■ WORK REQUIRED
All lines from the one containing "#6=PRODUCT_DEFINITION('','',#4,#5);" down to the one containing "#29=AXIS2_PLACEMENT_3D('',#28,#16,#17);", both ends included, are to be given again exactly; omit the rest of the listing below.

■ DATA FOR THIS TASK

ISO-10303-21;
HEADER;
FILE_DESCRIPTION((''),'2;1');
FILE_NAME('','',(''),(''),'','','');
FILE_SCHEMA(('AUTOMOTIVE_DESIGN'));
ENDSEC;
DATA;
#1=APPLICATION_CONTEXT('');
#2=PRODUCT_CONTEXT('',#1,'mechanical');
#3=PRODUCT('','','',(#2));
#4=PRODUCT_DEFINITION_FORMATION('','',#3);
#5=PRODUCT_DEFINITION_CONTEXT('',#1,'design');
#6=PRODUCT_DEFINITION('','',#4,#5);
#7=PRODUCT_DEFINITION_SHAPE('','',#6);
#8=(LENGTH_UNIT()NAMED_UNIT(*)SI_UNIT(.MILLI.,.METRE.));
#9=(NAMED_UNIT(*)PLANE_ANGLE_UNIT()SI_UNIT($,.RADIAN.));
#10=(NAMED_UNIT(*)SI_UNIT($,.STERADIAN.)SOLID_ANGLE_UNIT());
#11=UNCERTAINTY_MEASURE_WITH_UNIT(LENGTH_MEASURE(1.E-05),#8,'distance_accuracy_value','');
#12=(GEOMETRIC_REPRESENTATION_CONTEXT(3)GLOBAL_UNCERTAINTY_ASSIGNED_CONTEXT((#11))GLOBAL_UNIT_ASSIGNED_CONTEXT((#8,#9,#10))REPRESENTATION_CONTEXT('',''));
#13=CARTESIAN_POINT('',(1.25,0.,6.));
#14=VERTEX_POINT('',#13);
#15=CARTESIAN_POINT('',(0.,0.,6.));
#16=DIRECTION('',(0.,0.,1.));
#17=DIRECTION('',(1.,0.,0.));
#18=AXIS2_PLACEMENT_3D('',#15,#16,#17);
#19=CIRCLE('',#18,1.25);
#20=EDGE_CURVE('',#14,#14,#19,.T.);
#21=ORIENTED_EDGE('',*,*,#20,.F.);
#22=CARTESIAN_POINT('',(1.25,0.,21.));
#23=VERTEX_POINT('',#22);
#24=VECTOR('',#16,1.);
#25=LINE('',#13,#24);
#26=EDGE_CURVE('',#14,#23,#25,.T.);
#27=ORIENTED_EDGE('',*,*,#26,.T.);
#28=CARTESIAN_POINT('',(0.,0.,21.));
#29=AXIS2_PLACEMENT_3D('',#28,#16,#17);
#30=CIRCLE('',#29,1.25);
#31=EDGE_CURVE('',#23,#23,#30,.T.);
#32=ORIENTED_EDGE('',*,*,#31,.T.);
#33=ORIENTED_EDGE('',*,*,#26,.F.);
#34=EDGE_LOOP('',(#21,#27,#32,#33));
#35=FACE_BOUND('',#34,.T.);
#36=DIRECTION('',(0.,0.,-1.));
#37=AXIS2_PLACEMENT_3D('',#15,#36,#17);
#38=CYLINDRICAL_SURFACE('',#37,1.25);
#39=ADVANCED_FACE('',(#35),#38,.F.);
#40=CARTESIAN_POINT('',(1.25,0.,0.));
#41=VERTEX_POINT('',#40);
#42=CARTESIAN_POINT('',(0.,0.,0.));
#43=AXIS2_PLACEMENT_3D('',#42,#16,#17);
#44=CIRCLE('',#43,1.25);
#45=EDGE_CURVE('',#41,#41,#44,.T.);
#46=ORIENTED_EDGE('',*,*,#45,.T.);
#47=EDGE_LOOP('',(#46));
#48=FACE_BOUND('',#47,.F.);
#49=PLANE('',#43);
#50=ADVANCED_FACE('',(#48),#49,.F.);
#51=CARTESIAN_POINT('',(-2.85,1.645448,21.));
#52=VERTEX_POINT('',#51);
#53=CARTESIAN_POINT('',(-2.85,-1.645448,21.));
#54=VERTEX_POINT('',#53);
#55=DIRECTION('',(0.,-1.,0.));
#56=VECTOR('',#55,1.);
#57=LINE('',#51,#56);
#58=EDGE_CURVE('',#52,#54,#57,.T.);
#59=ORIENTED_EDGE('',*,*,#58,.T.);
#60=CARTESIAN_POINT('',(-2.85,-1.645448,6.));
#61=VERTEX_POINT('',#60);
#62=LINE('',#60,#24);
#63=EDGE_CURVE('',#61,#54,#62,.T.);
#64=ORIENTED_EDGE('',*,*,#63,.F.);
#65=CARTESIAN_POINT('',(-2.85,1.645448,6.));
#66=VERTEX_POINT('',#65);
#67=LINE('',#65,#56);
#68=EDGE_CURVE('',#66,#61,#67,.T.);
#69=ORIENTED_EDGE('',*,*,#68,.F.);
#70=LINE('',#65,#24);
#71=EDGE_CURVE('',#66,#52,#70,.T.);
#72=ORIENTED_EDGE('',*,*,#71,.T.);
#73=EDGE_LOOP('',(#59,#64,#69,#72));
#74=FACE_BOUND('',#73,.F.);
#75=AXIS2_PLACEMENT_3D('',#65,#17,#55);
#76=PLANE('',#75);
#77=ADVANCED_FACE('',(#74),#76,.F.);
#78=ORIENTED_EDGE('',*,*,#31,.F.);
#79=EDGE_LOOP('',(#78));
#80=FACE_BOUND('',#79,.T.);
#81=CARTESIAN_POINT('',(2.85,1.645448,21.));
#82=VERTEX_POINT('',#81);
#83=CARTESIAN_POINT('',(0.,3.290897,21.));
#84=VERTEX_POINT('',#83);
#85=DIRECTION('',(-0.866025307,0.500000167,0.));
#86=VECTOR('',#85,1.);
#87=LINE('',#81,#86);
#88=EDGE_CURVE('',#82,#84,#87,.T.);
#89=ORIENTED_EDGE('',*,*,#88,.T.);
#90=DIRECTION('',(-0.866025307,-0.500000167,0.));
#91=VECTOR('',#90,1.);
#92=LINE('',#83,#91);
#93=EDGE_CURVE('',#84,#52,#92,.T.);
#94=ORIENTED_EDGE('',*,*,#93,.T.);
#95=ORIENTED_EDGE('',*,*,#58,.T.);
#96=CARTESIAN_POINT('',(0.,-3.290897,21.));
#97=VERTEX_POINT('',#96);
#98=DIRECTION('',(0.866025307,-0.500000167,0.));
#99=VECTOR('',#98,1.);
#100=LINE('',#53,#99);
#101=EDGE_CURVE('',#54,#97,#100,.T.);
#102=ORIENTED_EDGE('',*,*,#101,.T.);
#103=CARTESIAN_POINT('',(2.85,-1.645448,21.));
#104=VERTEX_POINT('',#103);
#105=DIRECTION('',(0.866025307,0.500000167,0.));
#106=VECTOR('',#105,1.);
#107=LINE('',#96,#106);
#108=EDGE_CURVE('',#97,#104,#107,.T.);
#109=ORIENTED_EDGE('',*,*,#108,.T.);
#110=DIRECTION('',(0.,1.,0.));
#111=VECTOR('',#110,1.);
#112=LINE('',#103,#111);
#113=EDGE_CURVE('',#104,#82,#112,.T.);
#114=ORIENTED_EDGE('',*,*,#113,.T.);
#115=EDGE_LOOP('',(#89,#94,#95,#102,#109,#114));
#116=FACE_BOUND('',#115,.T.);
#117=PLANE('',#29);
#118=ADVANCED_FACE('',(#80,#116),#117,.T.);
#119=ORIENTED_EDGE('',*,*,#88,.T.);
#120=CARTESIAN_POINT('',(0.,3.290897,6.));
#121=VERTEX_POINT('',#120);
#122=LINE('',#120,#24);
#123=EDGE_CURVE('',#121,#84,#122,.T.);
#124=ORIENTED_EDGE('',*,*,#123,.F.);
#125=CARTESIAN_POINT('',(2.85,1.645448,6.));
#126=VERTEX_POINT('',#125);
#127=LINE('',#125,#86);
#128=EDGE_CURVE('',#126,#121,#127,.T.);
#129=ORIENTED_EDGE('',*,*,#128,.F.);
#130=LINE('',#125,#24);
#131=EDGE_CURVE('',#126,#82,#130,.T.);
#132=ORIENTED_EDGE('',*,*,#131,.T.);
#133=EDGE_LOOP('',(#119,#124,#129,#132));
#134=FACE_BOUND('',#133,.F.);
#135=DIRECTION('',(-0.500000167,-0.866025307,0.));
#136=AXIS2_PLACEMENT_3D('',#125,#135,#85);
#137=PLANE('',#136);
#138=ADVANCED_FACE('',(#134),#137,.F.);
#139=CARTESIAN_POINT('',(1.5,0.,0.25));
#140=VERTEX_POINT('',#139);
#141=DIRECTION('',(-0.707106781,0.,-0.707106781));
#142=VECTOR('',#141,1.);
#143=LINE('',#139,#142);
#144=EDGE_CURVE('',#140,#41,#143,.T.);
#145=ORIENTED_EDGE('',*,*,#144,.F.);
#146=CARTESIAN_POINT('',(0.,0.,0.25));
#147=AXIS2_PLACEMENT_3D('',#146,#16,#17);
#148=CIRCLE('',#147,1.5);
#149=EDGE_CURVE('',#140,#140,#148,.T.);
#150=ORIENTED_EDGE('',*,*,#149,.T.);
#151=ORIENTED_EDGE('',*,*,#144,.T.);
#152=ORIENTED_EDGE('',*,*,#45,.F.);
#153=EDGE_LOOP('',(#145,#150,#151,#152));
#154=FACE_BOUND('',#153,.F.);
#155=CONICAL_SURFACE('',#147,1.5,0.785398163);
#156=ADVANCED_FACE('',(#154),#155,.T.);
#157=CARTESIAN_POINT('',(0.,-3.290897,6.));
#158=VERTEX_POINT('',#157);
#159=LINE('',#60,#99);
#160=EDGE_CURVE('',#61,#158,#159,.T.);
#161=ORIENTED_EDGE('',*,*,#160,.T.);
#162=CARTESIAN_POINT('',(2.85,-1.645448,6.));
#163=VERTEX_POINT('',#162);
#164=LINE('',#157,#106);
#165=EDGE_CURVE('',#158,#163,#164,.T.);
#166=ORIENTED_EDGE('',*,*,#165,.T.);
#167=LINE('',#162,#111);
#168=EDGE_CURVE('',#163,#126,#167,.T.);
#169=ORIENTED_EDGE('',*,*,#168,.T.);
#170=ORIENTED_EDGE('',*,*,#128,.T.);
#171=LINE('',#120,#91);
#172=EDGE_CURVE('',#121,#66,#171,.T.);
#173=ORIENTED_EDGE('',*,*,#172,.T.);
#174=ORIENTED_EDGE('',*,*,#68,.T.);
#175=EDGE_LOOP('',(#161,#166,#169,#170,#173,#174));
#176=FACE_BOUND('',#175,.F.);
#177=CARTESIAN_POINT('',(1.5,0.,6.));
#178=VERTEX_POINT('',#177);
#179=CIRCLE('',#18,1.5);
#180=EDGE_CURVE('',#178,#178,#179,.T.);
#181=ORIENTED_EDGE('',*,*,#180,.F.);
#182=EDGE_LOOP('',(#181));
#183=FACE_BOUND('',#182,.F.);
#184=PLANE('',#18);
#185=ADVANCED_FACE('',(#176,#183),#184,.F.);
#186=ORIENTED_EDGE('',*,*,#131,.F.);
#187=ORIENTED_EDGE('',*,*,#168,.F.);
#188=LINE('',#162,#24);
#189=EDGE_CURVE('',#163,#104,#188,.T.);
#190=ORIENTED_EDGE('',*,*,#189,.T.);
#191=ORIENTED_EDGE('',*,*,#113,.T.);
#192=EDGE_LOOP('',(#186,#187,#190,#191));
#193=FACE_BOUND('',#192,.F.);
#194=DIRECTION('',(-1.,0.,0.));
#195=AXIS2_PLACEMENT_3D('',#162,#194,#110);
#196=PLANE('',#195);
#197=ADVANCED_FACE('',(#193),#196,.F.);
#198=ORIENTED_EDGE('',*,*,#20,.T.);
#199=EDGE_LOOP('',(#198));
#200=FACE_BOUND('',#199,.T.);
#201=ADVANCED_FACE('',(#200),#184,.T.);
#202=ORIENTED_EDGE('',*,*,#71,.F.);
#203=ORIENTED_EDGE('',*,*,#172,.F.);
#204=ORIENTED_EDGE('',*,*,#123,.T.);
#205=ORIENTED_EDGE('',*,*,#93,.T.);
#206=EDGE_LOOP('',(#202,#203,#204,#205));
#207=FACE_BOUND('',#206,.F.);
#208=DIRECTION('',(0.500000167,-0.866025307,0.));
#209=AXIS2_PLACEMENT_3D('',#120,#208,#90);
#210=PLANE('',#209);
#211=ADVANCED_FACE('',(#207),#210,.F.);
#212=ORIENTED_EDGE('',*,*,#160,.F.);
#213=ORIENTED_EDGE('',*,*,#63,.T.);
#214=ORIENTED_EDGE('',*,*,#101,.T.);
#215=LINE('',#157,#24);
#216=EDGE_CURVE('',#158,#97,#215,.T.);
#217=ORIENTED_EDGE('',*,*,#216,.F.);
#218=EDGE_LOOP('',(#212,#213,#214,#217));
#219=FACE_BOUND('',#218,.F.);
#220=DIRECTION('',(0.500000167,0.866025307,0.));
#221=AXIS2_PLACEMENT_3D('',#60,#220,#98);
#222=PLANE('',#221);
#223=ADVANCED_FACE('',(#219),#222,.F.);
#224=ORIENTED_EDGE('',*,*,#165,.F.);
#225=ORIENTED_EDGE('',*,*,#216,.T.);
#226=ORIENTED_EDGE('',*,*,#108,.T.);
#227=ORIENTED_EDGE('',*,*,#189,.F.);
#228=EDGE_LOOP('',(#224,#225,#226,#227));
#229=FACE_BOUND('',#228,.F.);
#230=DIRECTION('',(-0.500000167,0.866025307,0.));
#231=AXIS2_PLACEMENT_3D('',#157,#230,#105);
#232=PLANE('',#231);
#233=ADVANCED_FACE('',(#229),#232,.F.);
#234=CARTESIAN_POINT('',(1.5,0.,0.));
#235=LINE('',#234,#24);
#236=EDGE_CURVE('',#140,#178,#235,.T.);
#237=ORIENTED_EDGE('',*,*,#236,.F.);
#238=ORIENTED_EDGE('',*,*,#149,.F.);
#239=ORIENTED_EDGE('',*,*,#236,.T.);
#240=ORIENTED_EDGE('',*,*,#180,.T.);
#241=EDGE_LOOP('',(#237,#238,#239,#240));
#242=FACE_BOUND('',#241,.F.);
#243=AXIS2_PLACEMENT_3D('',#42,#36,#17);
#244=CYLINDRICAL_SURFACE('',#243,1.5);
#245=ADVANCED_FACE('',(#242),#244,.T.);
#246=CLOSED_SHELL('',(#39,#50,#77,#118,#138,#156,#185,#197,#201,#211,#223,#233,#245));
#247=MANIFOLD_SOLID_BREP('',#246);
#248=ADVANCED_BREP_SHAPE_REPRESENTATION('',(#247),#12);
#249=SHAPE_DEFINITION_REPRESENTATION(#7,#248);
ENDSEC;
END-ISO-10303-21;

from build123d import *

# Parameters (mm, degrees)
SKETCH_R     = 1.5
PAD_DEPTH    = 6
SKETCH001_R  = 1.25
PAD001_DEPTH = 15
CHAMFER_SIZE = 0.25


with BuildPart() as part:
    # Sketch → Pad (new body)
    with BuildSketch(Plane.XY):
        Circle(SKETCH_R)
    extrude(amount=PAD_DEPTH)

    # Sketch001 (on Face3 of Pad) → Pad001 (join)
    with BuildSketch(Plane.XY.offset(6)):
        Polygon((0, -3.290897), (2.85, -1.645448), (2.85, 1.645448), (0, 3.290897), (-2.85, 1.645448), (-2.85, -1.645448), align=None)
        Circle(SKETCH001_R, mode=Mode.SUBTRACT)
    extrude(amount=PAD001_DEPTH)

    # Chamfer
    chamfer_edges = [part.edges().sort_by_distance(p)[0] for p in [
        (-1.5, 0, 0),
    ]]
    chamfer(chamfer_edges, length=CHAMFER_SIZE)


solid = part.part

■ COMPLETED EXERCISE
#6=PRODUCT_DEFINITION('','',#4,#5);
#7=PRODUCT_DEFINITION_SHAPE('','',#6);
#8=(LENGTH_UNIT()NAMED_UNIT(*)SI_UNIT(.MILLI.,.METRE.));
#9=(NAMED_UNIT(*)PLANE_ANGLE_UNIT()SI_UNIT($,.RADIAN.));
#10=(NAMED_UNIT(*)SI_UNIT($,.STERADIAN.)SOLID_ANGLE_UNIT());
#11=UNCERTAINTY_MEASURE_WITH_UNIT(LENGTH_MEASURE(1.E-05),#8,'distance_accuracy_value','');
#12=(GEOMETRIC_REPRESENTATION_CONTEXT(3)GLOBAL_UNCERTAINTY_ASSIGNED_CONTEXT((#11))GLOBAL_UNIT_ASSIGNED_CONTEXT((#8,#9,#10))REPRESENTATION_CONTEXT('',''));
#13=CARTESIAN_POINT('',(1.25,0.,6.));
#14=VERTEX_POINT('',#13);
#15=CARTESIAN_POINT('',(0.,0.,6.));
#16=DIRECTION('',(0.,0.,1.));
#17=DIRECTION('',(1.,0.,0.));
#18=AXIS2_PLACEMENT_3D('',#15,#16,#17);
#19=CIRCLE('',#18,1.25);
#20=EDGE_CURVE('',#14,#14,#19,.T.);
#21=ORIENTED_EDGE('',*,*,#20,.F.);
#22=CARTESIAN_POINT('',(1.25,0.,21.));
#23=VERTEX_POINT('',#22);
#24=VECTOR('',#16,1.);
#25=LINE('',#13,#24);
#26=EDGE_CURVE('',#14,#23,#25,.T.);
#27=ORIENTED_EDGE('',*,*,#26,.T.);
#28=CARTESIAN_POINT('',(0.,0.,21.));
#29=AXIS2_PLACEMENT_3D('',#28,#16,#17);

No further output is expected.